AWS and TGS Accelerate Seismic AI Training 36x
- •TGS and AWS optimize seismic foundation models, slashing training time from six months to five days
- •Context parallelism techniques expand the model’s analytical field of view by 4.5x for larger 3D volumes
- •Amazon SageMaker HyperPod enables near-linear scaling across 128 NVIDIA H200 GPUs using DeepSpeed ZeRO-2
Geoscience data leader TGS has achieved a massive breakthrough in subsurface analysis by modernizing its AI training infrastructure on AWS. By leveraging Amazon SageMaker HyperPod, the team optimized their Vision Transformer (ViT) architecture, which analyzes complex 3D seismic data to locate energy resources. This infrastructure overhaul reduced a grueling six-month training cycle to a mere five days—a 36-fold increase in efficiency that allows for weekly model iterations instead of twice-yearly updates.

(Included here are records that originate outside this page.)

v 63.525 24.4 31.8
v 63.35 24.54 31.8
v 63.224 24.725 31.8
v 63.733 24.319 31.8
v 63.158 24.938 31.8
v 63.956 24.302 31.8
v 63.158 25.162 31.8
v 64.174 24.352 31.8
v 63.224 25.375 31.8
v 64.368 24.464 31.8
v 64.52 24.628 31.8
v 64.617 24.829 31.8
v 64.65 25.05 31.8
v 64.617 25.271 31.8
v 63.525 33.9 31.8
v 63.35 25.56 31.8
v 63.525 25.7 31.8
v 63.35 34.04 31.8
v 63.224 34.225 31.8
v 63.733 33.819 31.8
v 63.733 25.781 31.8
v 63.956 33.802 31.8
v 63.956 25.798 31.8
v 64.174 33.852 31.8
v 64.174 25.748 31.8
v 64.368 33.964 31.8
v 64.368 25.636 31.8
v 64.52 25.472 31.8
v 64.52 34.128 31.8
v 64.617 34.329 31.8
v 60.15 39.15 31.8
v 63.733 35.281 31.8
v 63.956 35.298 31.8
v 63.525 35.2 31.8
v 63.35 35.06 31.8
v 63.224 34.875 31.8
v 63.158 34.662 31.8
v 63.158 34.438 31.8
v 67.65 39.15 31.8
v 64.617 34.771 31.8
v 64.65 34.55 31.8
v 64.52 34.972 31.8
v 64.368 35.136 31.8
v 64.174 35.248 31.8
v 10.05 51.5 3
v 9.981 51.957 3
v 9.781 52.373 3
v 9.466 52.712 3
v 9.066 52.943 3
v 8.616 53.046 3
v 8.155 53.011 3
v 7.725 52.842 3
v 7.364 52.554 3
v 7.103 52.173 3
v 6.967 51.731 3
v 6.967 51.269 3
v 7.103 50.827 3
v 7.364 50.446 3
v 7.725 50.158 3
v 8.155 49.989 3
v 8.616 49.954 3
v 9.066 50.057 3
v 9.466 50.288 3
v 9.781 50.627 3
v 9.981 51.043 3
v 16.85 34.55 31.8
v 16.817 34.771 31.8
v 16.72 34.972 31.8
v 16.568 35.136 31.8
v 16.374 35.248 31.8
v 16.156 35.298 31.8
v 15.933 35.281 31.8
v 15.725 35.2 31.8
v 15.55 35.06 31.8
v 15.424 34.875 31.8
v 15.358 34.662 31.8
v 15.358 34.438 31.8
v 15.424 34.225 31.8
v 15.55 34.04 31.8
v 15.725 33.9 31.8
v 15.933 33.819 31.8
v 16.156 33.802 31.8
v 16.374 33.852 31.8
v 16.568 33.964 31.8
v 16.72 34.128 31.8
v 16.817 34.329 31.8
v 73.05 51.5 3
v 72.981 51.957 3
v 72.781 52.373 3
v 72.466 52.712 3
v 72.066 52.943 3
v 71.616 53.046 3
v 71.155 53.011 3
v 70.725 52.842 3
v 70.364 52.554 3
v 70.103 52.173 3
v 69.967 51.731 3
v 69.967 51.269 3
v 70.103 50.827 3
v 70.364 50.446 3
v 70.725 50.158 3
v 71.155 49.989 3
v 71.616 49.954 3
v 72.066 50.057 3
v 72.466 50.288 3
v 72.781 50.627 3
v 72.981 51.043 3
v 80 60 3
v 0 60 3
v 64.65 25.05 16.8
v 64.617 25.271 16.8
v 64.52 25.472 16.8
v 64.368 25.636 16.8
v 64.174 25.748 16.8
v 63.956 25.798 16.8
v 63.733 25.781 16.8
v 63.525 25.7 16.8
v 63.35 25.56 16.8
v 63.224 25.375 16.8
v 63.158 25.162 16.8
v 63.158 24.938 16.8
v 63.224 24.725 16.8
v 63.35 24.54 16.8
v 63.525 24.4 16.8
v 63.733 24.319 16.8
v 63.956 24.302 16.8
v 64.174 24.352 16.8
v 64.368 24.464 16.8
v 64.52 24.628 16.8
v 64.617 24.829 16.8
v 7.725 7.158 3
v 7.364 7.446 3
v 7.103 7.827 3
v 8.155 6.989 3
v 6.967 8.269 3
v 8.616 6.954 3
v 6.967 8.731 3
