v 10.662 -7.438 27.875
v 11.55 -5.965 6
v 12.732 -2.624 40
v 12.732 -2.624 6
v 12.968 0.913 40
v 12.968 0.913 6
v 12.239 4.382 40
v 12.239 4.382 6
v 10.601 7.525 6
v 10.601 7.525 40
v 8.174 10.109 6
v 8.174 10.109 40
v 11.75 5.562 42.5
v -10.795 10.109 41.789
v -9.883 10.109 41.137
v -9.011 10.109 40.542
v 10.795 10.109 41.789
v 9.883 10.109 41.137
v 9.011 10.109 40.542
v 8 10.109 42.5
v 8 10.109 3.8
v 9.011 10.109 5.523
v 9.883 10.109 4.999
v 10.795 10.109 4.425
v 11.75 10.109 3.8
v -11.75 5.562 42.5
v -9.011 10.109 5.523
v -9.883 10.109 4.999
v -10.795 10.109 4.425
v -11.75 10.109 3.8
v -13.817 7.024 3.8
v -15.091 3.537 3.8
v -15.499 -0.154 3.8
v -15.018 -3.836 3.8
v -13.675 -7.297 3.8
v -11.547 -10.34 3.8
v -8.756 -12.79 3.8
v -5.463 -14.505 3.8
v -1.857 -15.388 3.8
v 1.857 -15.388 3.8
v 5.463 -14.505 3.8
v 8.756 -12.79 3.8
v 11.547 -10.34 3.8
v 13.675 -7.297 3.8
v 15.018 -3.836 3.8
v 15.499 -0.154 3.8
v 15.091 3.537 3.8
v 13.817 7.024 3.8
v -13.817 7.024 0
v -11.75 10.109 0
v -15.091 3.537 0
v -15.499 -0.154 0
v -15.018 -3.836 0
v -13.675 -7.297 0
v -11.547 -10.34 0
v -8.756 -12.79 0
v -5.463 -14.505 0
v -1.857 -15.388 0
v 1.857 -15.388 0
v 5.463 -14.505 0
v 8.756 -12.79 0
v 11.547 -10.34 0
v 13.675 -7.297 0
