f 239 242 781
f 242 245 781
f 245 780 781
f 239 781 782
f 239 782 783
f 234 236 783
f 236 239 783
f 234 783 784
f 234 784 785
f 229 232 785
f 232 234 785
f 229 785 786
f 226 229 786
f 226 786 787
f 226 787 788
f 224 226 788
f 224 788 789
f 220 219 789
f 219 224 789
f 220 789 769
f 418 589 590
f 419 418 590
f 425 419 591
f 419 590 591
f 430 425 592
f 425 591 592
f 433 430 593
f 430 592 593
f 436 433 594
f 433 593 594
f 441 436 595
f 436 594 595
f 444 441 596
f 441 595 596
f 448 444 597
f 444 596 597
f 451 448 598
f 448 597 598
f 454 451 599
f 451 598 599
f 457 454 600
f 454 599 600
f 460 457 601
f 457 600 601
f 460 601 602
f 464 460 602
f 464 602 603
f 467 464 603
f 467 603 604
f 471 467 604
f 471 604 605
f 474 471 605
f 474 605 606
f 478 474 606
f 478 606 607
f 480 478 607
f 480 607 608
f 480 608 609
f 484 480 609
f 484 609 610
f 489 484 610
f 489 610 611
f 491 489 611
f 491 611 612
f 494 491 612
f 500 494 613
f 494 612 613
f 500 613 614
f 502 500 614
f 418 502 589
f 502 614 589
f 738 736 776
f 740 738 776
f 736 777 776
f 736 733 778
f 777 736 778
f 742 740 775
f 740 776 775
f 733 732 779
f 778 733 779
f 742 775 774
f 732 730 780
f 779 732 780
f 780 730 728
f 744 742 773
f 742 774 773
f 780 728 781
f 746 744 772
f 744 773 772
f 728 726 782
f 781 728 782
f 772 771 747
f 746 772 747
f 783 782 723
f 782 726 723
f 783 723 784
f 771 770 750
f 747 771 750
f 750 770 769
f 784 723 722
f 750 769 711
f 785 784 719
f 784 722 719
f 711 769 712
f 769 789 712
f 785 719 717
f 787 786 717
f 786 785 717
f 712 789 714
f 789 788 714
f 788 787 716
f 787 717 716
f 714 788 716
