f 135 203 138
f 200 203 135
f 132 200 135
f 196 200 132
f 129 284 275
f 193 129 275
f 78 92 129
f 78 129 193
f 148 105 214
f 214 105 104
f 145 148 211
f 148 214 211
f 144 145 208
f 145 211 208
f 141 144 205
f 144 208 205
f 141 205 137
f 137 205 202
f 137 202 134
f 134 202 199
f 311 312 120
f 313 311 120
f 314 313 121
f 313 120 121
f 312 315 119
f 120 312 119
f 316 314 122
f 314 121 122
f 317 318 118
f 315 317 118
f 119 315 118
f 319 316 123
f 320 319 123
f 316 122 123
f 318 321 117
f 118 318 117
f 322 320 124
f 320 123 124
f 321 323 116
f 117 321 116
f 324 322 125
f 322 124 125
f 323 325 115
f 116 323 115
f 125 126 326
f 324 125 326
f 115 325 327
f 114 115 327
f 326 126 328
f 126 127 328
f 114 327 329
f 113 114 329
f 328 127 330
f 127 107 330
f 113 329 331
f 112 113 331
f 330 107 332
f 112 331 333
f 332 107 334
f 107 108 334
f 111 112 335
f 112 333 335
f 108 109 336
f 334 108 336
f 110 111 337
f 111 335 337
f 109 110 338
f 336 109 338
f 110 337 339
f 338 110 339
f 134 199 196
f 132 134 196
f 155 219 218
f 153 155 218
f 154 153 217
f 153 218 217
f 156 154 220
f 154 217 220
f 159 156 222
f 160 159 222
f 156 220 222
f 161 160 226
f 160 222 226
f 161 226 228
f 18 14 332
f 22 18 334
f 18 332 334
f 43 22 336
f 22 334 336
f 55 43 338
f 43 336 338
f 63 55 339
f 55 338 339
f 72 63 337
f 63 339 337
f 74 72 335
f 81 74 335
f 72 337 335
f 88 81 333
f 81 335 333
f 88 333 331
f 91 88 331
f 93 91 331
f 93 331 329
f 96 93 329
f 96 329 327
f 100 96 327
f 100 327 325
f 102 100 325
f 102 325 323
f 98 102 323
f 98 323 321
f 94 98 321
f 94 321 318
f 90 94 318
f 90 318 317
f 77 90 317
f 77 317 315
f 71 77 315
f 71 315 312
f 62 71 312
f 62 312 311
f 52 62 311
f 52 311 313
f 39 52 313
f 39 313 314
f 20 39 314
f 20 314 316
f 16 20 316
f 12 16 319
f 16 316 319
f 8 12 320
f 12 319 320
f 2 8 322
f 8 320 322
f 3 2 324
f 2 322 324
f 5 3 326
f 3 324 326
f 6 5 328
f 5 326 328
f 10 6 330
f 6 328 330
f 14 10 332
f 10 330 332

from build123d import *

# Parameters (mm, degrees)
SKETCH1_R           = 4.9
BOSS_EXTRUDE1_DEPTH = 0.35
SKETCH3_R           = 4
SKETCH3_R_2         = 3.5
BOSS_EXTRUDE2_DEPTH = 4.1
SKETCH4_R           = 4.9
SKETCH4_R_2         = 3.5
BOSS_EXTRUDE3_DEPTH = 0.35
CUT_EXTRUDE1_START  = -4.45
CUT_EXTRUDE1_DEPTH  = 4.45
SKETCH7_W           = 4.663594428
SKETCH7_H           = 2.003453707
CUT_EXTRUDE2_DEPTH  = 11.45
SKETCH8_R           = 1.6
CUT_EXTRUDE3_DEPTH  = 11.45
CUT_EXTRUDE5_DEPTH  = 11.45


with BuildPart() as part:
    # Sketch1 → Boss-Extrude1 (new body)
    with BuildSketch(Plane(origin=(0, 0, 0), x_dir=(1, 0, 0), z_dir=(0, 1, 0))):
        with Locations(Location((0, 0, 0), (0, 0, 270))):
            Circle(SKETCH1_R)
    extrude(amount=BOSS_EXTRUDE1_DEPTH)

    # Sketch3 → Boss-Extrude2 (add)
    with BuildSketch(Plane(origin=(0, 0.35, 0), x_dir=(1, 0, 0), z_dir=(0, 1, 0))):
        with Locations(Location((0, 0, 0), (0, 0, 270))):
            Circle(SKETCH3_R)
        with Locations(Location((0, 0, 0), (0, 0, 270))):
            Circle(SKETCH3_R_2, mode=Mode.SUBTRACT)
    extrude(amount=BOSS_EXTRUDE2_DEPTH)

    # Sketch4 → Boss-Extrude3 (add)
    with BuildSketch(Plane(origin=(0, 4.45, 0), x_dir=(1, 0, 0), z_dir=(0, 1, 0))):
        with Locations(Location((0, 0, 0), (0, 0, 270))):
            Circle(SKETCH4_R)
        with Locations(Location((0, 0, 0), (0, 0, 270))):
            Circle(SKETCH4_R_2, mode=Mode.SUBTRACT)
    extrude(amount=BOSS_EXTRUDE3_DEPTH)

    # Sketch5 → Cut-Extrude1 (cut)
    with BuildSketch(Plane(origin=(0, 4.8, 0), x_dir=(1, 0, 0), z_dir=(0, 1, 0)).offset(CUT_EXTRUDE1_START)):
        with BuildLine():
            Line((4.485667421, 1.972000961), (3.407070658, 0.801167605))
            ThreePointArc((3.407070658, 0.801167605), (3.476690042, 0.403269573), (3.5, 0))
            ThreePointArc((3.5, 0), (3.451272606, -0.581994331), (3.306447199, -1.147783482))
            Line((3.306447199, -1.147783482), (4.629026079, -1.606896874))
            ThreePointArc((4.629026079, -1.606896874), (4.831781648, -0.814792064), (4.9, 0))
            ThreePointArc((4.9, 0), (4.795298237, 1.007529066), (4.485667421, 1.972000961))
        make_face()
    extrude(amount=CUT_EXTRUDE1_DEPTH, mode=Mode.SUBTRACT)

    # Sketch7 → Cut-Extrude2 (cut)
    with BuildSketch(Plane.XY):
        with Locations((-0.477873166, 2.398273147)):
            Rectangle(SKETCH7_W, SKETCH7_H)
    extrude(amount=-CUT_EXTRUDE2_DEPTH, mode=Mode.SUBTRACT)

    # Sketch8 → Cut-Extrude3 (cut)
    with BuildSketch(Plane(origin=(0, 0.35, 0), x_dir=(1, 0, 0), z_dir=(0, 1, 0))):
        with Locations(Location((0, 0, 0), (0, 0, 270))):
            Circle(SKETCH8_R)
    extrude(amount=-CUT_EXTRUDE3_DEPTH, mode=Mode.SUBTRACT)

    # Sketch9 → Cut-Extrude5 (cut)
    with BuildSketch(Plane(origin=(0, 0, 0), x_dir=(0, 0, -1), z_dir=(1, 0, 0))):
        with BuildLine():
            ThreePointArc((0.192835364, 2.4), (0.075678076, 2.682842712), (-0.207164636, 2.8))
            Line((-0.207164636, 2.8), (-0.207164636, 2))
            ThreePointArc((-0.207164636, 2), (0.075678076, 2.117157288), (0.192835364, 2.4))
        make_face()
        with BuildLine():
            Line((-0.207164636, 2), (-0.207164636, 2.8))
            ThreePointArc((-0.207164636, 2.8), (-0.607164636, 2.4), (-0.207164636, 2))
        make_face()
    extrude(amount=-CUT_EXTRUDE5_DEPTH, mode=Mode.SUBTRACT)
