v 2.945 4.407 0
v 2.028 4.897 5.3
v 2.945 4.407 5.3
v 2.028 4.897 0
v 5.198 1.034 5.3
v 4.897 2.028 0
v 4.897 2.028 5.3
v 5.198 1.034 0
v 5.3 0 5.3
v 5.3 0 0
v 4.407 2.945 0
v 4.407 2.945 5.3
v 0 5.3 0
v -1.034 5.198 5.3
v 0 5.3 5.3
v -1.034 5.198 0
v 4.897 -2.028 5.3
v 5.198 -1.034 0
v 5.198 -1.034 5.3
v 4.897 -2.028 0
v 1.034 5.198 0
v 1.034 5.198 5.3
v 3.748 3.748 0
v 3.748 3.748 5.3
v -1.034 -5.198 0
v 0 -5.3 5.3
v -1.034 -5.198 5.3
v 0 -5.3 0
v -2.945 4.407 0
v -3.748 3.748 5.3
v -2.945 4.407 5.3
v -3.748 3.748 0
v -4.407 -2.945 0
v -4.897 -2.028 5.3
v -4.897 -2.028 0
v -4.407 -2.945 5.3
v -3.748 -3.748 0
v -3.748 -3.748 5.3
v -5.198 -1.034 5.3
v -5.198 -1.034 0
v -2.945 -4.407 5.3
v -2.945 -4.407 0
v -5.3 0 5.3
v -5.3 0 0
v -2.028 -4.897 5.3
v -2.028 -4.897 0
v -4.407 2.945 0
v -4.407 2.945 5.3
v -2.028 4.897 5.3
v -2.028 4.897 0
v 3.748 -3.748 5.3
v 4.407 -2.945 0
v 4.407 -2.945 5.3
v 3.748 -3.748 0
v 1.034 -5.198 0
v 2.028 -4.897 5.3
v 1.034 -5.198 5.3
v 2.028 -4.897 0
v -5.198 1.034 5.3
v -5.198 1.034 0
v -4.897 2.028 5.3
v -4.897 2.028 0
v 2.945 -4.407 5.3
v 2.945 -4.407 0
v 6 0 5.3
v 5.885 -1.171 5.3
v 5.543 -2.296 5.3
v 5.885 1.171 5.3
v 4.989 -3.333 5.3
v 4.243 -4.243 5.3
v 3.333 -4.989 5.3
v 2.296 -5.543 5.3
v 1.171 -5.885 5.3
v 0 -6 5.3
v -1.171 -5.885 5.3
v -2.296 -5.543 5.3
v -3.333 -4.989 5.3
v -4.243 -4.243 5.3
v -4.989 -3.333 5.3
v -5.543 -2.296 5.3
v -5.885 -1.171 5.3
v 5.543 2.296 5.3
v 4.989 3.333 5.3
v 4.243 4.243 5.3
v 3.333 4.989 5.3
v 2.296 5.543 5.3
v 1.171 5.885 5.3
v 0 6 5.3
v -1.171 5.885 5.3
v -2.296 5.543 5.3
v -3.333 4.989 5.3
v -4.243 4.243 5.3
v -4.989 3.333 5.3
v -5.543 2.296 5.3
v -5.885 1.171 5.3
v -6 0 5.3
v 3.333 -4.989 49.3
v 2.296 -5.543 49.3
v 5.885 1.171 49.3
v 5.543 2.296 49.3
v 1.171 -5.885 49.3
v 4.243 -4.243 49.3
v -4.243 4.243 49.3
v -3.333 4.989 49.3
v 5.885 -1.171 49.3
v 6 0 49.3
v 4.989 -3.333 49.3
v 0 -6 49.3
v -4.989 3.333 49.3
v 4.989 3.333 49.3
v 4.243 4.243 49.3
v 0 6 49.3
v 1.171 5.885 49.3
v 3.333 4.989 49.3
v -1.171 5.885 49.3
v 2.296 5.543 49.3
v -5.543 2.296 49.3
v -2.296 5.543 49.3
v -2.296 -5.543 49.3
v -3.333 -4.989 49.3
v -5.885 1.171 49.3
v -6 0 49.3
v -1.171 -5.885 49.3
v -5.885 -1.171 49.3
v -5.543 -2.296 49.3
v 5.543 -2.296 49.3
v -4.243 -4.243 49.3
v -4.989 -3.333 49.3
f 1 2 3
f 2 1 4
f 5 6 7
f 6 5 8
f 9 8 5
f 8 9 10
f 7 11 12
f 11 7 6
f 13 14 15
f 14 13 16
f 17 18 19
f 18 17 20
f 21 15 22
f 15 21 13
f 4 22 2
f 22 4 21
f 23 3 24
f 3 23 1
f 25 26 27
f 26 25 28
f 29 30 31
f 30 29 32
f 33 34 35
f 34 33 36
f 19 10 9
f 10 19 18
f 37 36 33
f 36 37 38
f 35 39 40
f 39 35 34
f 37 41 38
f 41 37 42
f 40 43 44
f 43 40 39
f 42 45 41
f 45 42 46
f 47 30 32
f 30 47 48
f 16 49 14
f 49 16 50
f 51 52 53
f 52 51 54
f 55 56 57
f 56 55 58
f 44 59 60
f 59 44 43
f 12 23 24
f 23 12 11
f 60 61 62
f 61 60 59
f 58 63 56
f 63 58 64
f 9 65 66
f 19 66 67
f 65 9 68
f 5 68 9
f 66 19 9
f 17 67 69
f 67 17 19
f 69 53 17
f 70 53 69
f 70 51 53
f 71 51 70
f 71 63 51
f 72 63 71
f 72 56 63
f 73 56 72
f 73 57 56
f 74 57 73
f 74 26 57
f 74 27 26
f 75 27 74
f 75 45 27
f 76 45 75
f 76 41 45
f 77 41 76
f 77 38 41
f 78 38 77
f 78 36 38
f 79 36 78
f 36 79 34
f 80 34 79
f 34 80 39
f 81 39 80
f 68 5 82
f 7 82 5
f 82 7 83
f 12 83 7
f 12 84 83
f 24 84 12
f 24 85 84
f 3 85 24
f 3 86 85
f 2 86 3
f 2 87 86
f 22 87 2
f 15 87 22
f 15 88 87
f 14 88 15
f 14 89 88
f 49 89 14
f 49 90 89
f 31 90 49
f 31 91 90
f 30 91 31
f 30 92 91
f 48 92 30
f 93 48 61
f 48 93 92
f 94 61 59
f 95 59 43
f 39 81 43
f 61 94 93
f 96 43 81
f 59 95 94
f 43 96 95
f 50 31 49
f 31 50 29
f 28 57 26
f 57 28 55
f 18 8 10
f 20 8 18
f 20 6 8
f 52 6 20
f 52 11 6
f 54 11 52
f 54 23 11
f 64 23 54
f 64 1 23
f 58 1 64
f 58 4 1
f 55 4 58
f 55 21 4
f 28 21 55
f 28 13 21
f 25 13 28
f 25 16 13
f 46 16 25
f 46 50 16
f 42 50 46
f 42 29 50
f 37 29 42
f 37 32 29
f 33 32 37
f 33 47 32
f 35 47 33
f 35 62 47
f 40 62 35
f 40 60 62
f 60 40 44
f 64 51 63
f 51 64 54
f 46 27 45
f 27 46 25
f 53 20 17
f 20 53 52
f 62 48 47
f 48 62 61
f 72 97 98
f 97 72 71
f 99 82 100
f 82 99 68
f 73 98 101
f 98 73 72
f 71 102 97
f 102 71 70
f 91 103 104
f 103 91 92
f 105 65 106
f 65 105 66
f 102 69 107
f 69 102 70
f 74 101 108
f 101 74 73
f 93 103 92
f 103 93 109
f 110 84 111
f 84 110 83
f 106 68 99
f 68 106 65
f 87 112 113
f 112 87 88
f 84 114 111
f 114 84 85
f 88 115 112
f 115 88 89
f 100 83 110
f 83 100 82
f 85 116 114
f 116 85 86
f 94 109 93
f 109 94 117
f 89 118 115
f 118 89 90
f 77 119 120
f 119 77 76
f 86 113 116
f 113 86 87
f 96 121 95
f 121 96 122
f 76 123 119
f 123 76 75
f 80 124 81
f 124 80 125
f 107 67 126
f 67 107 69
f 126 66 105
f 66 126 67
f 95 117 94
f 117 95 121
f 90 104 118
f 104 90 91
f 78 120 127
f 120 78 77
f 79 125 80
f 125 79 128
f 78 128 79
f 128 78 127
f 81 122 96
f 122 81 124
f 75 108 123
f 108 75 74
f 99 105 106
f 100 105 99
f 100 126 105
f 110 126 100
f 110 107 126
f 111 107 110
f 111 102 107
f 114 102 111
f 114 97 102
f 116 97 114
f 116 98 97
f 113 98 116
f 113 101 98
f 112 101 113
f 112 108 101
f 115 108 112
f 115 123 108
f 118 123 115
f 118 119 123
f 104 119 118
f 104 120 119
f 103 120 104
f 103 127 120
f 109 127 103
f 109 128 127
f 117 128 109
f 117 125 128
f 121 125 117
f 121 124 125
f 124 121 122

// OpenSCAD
module LJ18A3_8_Z(){
    d=18;
    l=10;
    D=20;
    L=70;
    translate([0,0,0]) cylinder(d=d,h=l,$fn=32);
    color("silver") translate([0,0,l]) cylinder(d=D,h=L,$fn=32);
}

module LJ12A3_4_Z(){
    d=10.6;
    l=5.3;
    D=12;
    L=44;
    translate([0,0,0]) cylinder(d=d,h=l,$fn=32);
    color("silver") translate([0,0,l]) cylinder(d=D,h=L,$fn=32);
}


LJ12A3_4_Z();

The collaboration centered on overcoming the data bottleneck inherent in massive 3D volumes. Instead of using traditional file systems, the team implemented a direct streaming pipeline from Amazon S3, achieving aggregate throughput of up to 80 GBps. To manage the massive computational load, they utilized DeepSpeed ZeRO-2 to distribute model states across 128 NVIDIA H200 GPUs, maintaining near-linear scaling efficiency while minimizing memory overhead.
Perhaps the most impressive technical feat is the 4.5x expansion of the model’s context window. Using Ring Attention (a method where GPUs share data in a circular chain), the model can now process over 1.1 million tokens. This expanded field of view allows the AI to perceive both microscopic fractures and basin-wide geological patterns simultaneously, providing unprecedented clarity for energy exploration.